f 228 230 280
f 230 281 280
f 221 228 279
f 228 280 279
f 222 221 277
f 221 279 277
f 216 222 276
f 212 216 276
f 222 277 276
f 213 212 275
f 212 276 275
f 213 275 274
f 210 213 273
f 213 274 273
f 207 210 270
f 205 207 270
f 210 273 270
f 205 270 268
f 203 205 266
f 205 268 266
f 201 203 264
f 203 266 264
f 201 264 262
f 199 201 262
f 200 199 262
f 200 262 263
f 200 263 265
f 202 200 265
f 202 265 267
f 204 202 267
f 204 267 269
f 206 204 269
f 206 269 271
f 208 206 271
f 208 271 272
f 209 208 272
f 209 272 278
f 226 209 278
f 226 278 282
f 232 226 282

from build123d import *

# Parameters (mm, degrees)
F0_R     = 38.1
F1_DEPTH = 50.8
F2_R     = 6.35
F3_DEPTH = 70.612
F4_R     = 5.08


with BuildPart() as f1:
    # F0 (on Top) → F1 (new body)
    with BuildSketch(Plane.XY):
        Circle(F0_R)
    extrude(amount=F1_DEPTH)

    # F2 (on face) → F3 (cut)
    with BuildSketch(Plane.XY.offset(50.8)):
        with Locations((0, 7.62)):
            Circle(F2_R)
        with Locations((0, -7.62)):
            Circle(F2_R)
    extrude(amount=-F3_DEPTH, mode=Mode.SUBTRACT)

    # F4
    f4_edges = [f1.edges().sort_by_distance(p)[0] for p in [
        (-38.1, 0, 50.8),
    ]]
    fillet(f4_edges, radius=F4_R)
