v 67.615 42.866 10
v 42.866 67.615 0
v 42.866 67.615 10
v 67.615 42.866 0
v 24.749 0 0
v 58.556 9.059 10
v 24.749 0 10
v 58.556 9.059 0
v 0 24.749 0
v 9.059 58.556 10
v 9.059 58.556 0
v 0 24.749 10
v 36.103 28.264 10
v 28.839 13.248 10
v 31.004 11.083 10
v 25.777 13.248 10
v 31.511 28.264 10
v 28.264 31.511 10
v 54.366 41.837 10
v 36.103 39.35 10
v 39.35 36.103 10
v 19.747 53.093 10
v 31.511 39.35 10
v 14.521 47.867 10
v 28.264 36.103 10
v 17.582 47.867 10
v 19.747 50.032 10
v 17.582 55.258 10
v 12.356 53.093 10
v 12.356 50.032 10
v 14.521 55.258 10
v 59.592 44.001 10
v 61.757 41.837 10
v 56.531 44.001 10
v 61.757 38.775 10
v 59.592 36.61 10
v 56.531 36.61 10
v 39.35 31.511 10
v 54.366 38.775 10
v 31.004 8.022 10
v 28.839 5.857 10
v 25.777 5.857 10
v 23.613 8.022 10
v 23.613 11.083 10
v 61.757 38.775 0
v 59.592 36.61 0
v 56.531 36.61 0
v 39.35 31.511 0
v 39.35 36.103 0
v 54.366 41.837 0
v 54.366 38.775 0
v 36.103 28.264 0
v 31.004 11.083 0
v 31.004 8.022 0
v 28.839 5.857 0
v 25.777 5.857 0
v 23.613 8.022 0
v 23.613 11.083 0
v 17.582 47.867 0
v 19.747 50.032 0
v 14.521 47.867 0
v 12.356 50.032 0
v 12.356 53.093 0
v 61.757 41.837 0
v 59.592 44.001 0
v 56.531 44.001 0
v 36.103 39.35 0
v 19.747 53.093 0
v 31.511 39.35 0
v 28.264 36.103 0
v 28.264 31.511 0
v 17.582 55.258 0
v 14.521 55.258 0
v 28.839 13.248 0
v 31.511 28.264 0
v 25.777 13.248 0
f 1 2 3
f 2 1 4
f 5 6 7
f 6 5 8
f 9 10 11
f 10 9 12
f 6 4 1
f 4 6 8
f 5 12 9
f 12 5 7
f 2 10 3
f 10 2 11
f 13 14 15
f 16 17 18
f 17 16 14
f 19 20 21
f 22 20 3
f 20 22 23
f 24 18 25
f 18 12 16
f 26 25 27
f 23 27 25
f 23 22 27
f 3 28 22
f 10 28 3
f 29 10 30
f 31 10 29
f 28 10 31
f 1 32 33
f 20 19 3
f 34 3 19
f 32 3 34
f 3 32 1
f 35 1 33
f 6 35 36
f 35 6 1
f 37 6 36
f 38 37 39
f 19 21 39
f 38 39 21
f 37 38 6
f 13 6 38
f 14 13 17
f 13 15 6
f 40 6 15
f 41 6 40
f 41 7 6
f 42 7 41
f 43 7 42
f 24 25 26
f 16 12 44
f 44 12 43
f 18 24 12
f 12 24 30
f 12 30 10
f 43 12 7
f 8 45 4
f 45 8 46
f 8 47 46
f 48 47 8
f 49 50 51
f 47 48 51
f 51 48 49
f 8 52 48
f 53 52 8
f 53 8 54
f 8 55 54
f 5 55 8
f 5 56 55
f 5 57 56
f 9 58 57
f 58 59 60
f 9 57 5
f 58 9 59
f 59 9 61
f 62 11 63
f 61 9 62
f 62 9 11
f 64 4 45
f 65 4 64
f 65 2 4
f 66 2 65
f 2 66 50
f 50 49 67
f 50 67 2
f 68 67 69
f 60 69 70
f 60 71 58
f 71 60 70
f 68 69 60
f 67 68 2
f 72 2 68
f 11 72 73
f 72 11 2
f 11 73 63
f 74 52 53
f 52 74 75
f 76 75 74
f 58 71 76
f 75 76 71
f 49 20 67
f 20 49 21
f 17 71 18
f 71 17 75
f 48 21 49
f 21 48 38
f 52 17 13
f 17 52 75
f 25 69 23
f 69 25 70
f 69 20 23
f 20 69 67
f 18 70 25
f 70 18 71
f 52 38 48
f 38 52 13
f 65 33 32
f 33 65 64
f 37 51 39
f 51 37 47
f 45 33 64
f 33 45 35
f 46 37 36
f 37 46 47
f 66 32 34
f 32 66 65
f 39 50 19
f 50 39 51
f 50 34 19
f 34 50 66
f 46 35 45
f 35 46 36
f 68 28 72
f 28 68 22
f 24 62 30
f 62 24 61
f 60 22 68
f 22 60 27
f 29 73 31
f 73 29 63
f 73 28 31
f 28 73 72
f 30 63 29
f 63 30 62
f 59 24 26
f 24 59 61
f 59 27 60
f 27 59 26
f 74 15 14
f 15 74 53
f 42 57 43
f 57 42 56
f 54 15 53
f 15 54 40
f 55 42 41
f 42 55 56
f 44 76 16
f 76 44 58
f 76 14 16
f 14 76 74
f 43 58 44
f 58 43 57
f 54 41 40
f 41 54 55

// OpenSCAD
$fn = 32;

// ----------------------------------------------------------------------
// Polygon plate: 6-gon R35, 3 bolt windows
// ----------------------------------------------------------------------

// --- parameters (mm) ---
sides = 6;                // number of polygon sides
plate_r = 35;             // circumscribed radius of the polygon
bore_r = 6;               // centre bore radius
bolts = 3;                // number of bolt windows
ring_r = 25.11;           // bolt-circle radius
bolt_r = 4;               // bolt window radius
plate_t = 10;             // plate thickness, Z (extrusion height)

plate_d = 2 * plate_r;  // circumscribed diameter
bore_d = 2 * bore_r;  // centre bore diameter
bolt_d = 2 * bolt_r;  // bolt window diameter
ring_d = 2 * ring_r;  // bolt-circle diameter

profile = [[67.615, 42.866], [42.866, 67.615], [9.059, 58.556], [0, 24.749], [24.749, 0], [58.556, 9.059]];  // primary outline, 6 points, counter clockwise
void_1 = [[39.35, 36.103], [36.103, 39.35], [31.511, 39.35], [28.264, 36.103], [28.264, 31.511], [31.511, 28.264], [36.103, 28.264], [39.35, 31.511]];  // centre bore, 8 points
void_2 = [[61.757, 41.837], [59.592, 44.001], [56.531, 44.001], [54.366, 41.837], [54.366, 38.775], [56.531, 36.61], [59.592, 36.61], [61.757, 38.775]];  // bolt window 1, 8 points
void_3 = [[19.747, 53.093], [17.582, 55.258], [14.521, 55.258], [12.356, 53.093], [12.356, 50.032], [14.521, 47.867], [17.582, 47.867], [19.747, 50.032]];  // bolt window 2, 8 points
void_4 = [[31.004, 11.083], [28.839, 13.248], [25.777, 13.248], [23.613, 11.083], [23.613, 8.022], [25.777, 5.857], [28.839, 5.857], [31.004, 8.022]];  // bolt window 3, 8 points

// --- the one profile operation ---
difference() {
  linear_extrude(height = plate_t) polygon(points = profile);
  translate([0, 0, -1])
    linear_extrude(height = plate_t + 2) polygon(points = void_1);
  translate([0, 0, -1])
    linear_extrude(height = plate_t + 2) polygon(points = void_2);
  translate([0, 0, -1])
    linear_extrude(height = plate_t + 2) polygon(points = void_3);
  translate([0, 0, -1])
    linear_extrude(height = plate_t + 2) polygon(points = void_4);
}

### EXERCISE DETAILS
Reproduce exactly the section above that begins at the line containing "v 56.531 44.001 10" and ends at the line containing "v 56.531 44.001 0", leaving out all other lines.

### FINAL ANSWER
v 56.531 44.001 10
v 61.757 38.775 10
v 59.592 36.61 10
v 56.531 36.61 10
v 39.35 31.511 10
v 54.366 38.775 10
v 31.004 8.022 10
v 28.839 5.857 10
v 25.777 5.857 10
v 23.613 8.022 10
v 23.613 11.083 10
v 61.757 38.775 0
v 59.592 36.61 0
v 56.531 36.61 0
v 39.35 31.511 0
v 39.35 36.103 0
v 54.366 41.837 0
v 54.366 38.775 0
v 36.103 28.264 0
v 31.004 11.083 0
v 31.004 8.022 0
v 28.839 5.857 0
v 25.777 5.857 0
v 23.613 8.022 0
v 23.613 11.083 0
v 17.582 47.867 0
v 19.747 50.032 0
v 14.521 47.867 0
v 12.356 50.032 0
v 12.356 53.093 0
v 61.757 41.837 0
v 59.592 44.001 0
v 56.531 44.001 0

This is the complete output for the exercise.